Loss of capacity to give informed consent has also been linked to increasing age and baseline neurological deficit, according to an analysis of patients enrolled in four urgent therapeutic trials (Demarquay et al., 2005). Aphasia was the main reason for inability to self-consent in 67% of patients. In the third International stroke trial (IST-3), patients with more severe stroke as well as those with non-lacunar hemispheric stroke syndromes also were less likely to have been recruited by their own consent (Kane et al., 2006). It would be helpful to have a standardized tool to assess acute stroke patients’ capacity to consent for RCT enrollment, but currently no such validated or appropriately rapid test exists (Bateman et al., 2003). So for the time being, researchers continue to subjectively estimate each patient’s capacity to give informed consent prior to RCT enrollment and then decide on their own if surrogate consent is needed.
Surrogate Informed Consent
As long as the interests of patients are generally best served by participation, research involving incapacitated individuals is ethically permissible by surrogate informed consent (World Medical Association, 2000, 2004). According to the Declaration of Helsinki, a document initially adopted in 1964 defining essential ethical principles guiding clinical research, subjects without capacity to give informed consent “should not be included in research unless research is necessary to promote the health of the population represented and research cannot instead be performed on legally competent persons” (World Medical Association, 2000, 2004). This language differs from the 1947 Nuremberg Code on human experimentation which made Informed Consent an “absolutely essential” requirement (Simmons, 1964; Faden et al., 1996; Dickens, 1999). Article II of the Declaration of Helsinki stipulates that doctors should try to acquire consent “if at all possible” but if this is impossible and a surrogate such as a legal guardian is available, then research is allowed without the patient’s own explicit consent.

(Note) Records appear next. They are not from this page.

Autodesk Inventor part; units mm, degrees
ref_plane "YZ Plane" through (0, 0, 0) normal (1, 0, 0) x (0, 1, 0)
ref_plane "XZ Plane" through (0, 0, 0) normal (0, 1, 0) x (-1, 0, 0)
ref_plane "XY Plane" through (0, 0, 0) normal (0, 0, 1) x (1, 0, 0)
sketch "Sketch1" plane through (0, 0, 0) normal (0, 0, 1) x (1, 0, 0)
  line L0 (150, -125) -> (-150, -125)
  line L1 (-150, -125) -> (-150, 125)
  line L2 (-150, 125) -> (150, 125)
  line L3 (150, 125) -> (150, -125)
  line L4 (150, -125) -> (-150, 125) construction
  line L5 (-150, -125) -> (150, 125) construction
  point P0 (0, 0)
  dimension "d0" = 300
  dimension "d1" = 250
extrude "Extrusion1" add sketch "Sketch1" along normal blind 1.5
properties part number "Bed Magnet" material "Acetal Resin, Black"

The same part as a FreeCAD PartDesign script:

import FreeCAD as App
import Part
import Sketcher

V = App.Vector
Q = App.Units.Quantity


def add_polygon(sketch, points):
    """Adds a closed chain of lines whose ends are joined by coincident constraints."""
    first, n = sketch.GeometryCount, len(points)
    for a, b in zip(points, points[1:] + points[:1]):
        sketch.addGeometry(Part.LineSegment(App.Vector(*a, 0), App.Vector(*b, 0)), False)
    for i in range(n):
        sketch.addConstraint(Sketcher.Constraint("Coincident", first + i, 2, first + (i + 1) % n, 1))

doc = App.newDocument("Part")
body = doc.addObject("PartDesign::Body", "Body")

# Sketch on XY plane
sketch1 = body.newObject("Sketcher::SketchObject", "Sketch")
sketch1.AttachmentSupport = (doc.getObject("XY_Plane"), [""])
sketch1.MapMode = "FlatFace"
add_polygon(sketch1, [(-150, -125), (150, -125), (150, 125), (-150, 125)])  # lines 0-3
sketch1.addConstraint([
    Sketcher.Constraint("Horizontal", 0),
    Sketcher.Constraint("Vertical", 1),
    Sketcher.Constraint("Horizontal", 2),
    Sketcher.Constraint("Vertical", 3),
    Sketcher.Constraint("Symmetric", 0, 2, 2, 2, -1, 1),
    Sketcher.Constraint("DistanceX", 0, 1, 0, 2, Q("300 mm")),
    Sketcher.Constraint("DistanceY", 1, 1, 1, 2, Q("250 mm")),
])
pad1 = body.newObject("PartDesign::Pad", "Pad")
pad1.Profile = sketch1
pad1.Length = 1.5

doc.recompute()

In the NINDS trial investigating tissue plasminogen activator (t-PA) for acute ischemic stroke, surrogate consent was used to enroll 439 of 624 (70%) of subjects (The National Institute of Neurological Disorders and Stroke Rt-PA Stroke Study Group, 1995; Flaherty et al., 2008). Compared to subjects who provided their own consent, those enrolled by surrogate consent generally were about 5 years older, with higher NIH stroke scale (NIHSS) scores (median 17 versus 9, p < 0.001), and less likely to have a good recovery (26 versus 53% had a modified Rankin score of 0–1 at 90 days, p < 0.001; Flaherty et al., 2008). Over a decade later, in a RCT of pre-hospital acute stroke therapy, (D:SaverandTheFAST-MAGInvestigators:2011]) surrogate-consented subjects were again found to be older by about 7 years and with higher NIHSS scores (median 16 versus 6, p < 0.001). A small study from Scotland also demonstrated that infarct lesion volume on MRI, in addition to stroke severity, was associated with capacity to consent for acute stroke trials. (Dani et al., 2008) Stroke lesion burden was greater for incapable of consent compared to those enrolled by their own consent. In a registry involving 20 major stroke centers across Canada, stroke victims with cognitive impairment and/or altered mental status were excluded and the in-hospital mortality rate was 6.9% for those who participated and 22% for those who did not (p < 0.001; Tu et al., 2004). This strongly suggests that those included in the registry were not representative of the typical stroke population. Together, these studies demonstrate that subjects who provide their own consent differ substantially from those requiring surrogate consent (Figures 1 and 2). Further, in SAH trials, only 28% of patients believed they had the capacity to make their own decision at the time of enrollment (Schats et al., 2003). The inclusion of subjects with stroke via surrogate consent therefore dramatically expands the diversity of the study population and enhances the generalizability of the research.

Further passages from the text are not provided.